START Source material

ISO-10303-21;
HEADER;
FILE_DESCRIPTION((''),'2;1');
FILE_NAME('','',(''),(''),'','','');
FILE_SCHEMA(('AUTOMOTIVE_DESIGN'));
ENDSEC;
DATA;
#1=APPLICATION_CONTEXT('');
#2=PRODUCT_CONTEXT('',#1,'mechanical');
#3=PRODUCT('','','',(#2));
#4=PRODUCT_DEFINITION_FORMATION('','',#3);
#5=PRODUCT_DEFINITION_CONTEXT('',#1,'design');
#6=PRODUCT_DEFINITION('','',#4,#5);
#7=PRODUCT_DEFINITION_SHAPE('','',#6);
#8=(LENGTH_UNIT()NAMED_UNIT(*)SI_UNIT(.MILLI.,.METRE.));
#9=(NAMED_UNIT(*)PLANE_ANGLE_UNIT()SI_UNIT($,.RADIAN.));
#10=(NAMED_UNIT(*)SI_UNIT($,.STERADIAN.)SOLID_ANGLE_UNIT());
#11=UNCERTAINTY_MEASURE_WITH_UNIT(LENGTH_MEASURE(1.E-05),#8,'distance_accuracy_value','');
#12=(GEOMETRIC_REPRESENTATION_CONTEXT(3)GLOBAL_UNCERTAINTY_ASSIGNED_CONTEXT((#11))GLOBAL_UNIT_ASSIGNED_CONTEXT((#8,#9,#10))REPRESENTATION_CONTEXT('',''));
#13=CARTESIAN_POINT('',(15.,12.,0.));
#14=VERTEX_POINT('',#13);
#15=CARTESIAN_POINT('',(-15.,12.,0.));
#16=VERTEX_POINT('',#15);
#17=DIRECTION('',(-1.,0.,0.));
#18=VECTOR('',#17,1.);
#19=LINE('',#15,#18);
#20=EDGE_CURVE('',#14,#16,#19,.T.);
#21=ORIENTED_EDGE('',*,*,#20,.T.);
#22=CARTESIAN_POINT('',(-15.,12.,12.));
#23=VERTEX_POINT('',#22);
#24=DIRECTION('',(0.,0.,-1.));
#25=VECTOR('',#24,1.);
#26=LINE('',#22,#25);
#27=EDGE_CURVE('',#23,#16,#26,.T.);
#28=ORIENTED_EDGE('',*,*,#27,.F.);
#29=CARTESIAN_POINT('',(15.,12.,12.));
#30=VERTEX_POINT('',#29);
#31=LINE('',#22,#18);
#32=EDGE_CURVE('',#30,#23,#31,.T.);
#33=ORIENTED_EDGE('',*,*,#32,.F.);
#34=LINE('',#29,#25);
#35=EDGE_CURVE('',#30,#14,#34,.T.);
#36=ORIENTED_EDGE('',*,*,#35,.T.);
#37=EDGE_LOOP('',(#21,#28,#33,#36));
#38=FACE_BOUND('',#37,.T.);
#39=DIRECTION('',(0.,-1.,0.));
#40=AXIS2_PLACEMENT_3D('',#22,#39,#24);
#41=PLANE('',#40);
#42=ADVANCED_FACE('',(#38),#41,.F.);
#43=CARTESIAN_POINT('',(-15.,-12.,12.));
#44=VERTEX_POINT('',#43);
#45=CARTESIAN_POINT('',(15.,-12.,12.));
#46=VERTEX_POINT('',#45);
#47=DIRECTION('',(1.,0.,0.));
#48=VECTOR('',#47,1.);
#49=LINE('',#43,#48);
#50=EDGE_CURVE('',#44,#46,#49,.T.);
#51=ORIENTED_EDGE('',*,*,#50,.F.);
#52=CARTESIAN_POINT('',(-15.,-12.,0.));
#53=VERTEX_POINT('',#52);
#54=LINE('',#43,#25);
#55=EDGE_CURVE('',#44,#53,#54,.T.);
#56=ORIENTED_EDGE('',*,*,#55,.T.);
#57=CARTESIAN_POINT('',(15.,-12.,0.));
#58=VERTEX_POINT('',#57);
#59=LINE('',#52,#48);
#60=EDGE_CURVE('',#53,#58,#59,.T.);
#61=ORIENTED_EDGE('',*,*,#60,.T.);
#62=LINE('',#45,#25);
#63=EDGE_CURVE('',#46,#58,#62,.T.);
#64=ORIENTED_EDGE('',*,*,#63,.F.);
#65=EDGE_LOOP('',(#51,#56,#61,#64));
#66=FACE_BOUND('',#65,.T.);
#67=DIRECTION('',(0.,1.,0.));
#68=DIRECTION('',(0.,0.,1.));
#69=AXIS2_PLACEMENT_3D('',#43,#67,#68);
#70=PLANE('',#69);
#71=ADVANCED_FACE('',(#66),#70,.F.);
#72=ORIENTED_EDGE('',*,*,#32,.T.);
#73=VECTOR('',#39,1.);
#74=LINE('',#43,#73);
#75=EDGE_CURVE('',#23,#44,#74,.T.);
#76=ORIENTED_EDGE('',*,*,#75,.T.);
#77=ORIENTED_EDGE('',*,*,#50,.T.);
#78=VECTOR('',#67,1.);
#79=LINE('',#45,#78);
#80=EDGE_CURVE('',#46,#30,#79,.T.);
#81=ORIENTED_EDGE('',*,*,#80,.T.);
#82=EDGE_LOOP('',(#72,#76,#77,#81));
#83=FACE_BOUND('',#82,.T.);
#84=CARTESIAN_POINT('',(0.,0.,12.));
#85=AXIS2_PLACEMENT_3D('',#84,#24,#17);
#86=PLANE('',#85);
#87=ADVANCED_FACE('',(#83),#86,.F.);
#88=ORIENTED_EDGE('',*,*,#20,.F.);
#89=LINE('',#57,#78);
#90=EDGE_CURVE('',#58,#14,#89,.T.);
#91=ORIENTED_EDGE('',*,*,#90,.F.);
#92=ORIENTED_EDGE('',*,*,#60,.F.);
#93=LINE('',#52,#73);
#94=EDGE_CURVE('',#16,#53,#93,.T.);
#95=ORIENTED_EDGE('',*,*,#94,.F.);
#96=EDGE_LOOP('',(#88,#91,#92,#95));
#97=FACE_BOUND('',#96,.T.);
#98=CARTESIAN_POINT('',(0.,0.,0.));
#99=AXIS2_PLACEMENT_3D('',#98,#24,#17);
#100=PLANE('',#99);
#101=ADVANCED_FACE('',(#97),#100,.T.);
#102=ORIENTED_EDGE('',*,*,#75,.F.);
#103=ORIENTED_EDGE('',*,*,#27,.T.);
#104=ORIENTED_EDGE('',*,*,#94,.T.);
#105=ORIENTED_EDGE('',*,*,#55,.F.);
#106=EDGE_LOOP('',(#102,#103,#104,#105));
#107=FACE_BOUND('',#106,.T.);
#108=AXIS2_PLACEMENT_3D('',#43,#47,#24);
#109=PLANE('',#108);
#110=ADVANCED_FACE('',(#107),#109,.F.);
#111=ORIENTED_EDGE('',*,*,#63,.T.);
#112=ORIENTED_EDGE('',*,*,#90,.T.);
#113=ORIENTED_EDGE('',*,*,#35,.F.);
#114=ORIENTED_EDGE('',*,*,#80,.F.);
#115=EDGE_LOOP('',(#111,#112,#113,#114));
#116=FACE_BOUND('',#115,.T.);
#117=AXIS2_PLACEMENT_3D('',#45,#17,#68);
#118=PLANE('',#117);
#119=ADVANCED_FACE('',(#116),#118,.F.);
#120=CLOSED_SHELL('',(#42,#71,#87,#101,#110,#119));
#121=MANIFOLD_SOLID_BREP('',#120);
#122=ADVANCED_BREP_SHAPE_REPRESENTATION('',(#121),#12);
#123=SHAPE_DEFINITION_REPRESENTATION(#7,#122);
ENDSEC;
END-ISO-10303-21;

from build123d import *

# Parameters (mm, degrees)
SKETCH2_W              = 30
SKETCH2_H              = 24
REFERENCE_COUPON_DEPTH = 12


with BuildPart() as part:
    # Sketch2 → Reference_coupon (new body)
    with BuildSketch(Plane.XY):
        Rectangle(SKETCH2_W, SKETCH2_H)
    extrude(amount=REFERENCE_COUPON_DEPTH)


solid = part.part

END Source material

### [What to do]
From the line containing "#109=PLANE('',#108);" down to the last line of the data above, copy every line exactly; leave out all other lines.

### [Exercise answer]
#109=PLANE('',#108);
#110=ADVANCED_FACE('',(#107),#109,.F.);
#111=ORIENTED_EDGE('',*,*,#63,.T.);
#112=ORIENTED_EDGE('',*,*,#90,.T.);
#113=ORIENTED_EDGE('',*,*,#35,.F.);
#114=ORIENTED_EDGE('',*,*,#80,.F.);
#115=EDGE_LOOP('',(#111,#112,#113,#114));
#116=FACE_BOUND('',#115,.T.);
#117=AXIS2_PLACEMENT_3D('',#45,#17,#68);
#118=PLANE('',#117);
#119=ADVANCED_FACE('',(#116),#118,.F.);
#120=CLOSED_SHELL('',(#42,#71,#87,#101,#110,#119));
#121=MANIFOLD_SOLID_BREP('',#120);
#122=ADVANCED_BREP_SHAPE_REPRESENTATION('',(#121),#12);
#123=SHAPE_DEFINITION_REPRESENTATION(#7,#122);
ENDSEC;
END-ISO-10303-21;

from build123d import *

# Parameters (mm, degrees)
SKETCH2_W              = 30
SKETCH2_H              = 24
REFERENCE_COUPON_DEPTH = 12


with BuildPart() as part:
    # Sketch2 → Reference_coupon (new body)
    with BuildSketch(Plane.XY):
        Rectangle(SKETCH2_W, SKETCH2_H)
    extrude(amount=REFERENCE_COUPON_DEPTH)


solid = part.part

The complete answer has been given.